* _What to produce_:
Of the entries below, restate word for word only the section that runs from the line with "f 396 346 148" to the line with "f 148 339 226", counting both ends.

* _The data_:
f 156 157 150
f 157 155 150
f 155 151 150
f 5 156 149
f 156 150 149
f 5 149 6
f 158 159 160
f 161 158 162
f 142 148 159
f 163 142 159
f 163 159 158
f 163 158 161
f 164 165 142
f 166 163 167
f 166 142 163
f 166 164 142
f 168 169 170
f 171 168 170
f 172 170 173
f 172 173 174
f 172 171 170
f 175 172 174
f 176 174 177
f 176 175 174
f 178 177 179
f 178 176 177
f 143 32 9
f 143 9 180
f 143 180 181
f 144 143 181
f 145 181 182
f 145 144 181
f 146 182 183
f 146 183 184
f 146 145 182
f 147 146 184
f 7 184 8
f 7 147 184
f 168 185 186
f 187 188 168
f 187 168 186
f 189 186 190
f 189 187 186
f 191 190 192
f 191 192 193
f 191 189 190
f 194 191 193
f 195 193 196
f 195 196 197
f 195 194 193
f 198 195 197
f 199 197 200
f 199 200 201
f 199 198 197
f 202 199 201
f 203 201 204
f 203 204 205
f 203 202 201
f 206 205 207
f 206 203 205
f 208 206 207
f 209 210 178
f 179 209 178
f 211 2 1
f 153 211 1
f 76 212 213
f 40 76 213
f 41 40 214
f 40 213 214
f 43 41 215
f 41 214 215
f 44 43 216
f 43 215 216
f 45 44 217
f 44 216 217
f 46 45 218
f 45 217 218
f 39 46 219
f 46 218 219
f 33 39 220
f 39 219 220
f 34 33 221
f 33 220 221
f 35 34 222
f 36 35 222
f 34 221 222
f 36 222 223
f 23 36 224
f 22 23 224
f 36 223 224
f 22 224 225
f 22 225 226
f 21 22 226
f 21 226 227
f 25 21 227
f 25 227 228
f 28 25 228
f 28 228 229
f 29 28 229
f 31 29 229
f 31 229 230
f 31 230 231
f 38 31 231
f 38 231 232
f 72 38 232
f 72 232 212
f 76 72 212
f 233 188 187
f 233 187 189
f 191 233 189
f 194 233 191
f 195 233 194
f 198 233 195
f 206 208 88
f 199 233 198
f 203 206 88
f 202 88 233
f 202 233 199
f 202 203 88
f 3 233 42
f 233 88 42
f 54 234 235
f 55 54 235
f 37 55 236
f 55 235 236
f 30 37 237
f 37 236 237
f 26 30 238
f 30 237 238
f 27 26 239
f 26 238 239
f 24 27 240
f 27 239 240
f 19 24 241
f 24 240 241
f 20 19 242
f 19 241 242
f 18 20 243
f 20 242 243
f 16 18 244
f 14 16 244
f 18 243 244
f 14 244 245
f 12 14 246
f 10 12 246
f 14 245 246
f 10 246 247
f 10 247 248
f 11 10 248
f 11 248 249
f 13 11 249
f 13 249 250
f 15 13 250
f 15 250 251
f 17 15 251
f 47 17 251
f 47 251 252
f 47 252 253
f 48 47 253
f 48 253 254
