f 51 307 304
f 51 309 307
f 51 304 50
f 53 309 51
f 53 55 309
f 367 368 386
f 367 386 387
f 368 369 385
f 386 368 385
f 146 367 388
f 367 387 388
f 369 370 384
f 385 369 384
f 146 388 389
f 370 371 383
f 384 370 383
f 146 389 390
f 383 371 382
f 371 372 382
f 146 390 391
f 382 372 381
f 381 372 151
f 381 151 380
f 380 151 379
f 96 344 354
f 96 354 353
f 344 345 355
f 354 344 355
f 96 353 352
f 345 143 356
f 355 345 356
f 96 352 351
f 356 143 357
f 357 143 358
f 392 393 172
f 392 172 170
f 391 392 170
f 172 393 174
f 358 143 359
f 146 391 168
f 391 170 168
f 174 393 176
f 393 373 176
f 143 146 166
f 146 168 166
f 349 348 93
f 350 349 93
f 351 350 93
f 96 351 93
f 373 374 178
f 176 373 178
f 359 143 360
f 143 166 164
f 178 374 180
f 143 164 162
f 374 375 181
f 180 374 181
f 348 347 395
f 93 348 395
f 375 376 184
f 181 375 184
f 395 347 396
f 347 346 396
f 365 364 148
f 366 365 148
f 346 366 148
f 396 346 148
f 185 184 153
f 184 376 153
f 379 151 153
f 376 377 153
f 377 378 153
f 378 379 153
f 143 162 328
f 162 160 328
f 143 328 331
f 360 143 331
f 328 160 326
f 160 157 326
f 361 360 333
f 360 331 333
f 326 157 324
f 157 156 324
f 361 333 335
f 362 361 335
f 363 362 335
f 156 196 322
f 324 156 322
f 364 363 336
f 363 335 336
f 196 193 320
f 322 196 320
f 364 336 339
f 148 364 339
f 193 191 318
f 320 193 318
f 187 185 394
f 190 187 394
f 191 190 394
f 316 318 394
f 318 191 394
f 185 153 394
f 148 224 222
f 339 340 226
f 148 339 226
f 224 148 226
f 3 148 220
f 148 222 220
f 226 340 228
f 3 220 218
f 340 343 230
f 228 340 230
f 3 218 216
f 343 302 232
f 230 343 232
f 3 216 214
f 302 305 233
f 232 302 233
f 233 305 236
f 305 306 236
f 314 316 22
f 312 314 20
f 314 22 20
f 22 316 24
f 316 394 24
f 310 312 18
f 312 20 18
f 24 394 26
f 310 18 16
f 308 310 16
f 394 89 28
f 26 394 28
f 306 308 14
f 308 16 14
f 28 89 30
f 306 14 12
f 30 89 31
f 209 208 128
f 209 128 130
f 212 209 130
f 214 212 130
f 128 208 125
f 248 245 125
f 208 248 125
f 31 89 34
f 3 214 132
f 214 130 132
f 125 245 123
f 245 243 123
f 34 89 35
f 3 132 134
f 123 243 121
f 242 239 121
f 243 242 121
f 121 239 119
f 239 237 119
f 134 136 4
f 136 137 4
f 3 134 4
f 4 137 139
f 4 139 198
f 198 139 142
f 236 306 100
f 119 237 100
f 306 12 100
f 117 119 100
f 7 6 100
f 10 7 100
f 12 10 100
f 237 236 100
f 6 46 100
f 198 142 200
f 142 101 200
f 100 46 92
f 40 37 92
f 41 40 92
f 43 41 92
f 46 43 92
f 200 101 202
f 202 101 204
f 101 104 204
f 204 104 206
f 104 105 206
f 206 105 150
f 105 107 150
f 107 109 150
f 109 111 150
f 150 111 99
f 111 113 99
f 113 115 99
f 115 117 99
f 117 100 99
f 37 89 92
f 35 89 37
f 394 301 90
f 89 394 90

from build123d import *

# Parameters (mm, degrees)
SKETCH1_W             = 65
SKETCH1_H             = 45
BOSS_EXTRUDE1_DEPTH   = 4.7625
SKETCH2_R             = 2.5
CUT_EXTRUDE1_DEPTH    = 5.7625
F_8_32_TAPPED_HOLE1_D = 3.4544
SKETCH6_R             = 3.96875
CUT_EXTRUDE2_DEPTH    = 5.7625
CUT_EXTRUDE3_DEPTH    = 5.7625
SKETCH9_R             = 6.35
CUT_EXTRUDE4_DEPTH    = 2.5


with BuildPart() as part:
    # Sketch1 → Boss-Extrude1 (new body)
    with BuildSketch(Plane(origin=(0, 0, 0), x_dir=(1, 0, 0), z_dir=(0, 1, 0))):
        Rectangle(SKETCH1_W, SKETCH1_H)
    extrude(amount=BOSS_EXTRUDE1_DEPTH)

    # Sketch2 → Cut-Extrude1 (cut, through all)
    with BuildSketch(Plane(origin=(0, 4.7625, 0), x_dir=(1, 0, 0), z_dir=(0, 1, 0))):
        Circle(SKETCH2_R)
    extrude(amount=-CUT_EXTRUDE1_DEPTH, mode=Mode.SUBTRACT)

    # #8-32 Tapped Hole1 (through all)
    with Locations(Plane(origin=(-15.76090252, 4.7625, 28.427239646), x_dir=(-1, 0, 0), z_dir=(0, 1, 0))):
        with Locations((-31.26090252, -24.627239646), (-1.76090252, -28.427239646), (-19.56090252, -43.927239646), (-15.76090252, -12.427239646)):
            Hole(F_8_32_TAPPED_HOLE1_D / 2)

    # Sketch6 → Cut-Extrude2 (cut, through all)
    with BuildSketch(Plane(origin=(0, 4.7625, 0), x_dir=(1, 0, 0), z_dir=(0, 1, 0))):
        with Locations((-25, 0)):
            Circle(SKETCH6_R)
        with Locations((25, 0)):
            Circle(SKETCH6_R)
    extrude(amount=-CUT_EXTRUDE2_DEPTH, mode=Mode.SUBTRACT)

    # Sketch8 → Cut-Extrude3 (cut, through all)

* _Exercise output_:
f 396 346 148
f 185 184 153
f 184 376 153
f 379 151 153
f 376 377 153
f 377 378 153
f 378 379 153
f 143 162 328
f 162 160 328
f 143 328 331
f 360 143 331
f 328 160 326
f 160 157 326
f 361 360 333
f 360 331 333
f 326 157 324
f 157 156 324
f 361 333 335
f 362 361 335
f 363 362 335
f 156 196 322
f 324 156 322
f 364 363 336
f 363 335 336
f 196 193 320
f 322 196 320
f 364 336 339
f 148 364 339
f 193 191 318
f 320 193 318
f 187 185 394
f 190 187 394
f 191 190 394
f 316 318 394
f 318 191 394
f 185 153 394
f 148 224 222
f 339 340 226
f 148 339 226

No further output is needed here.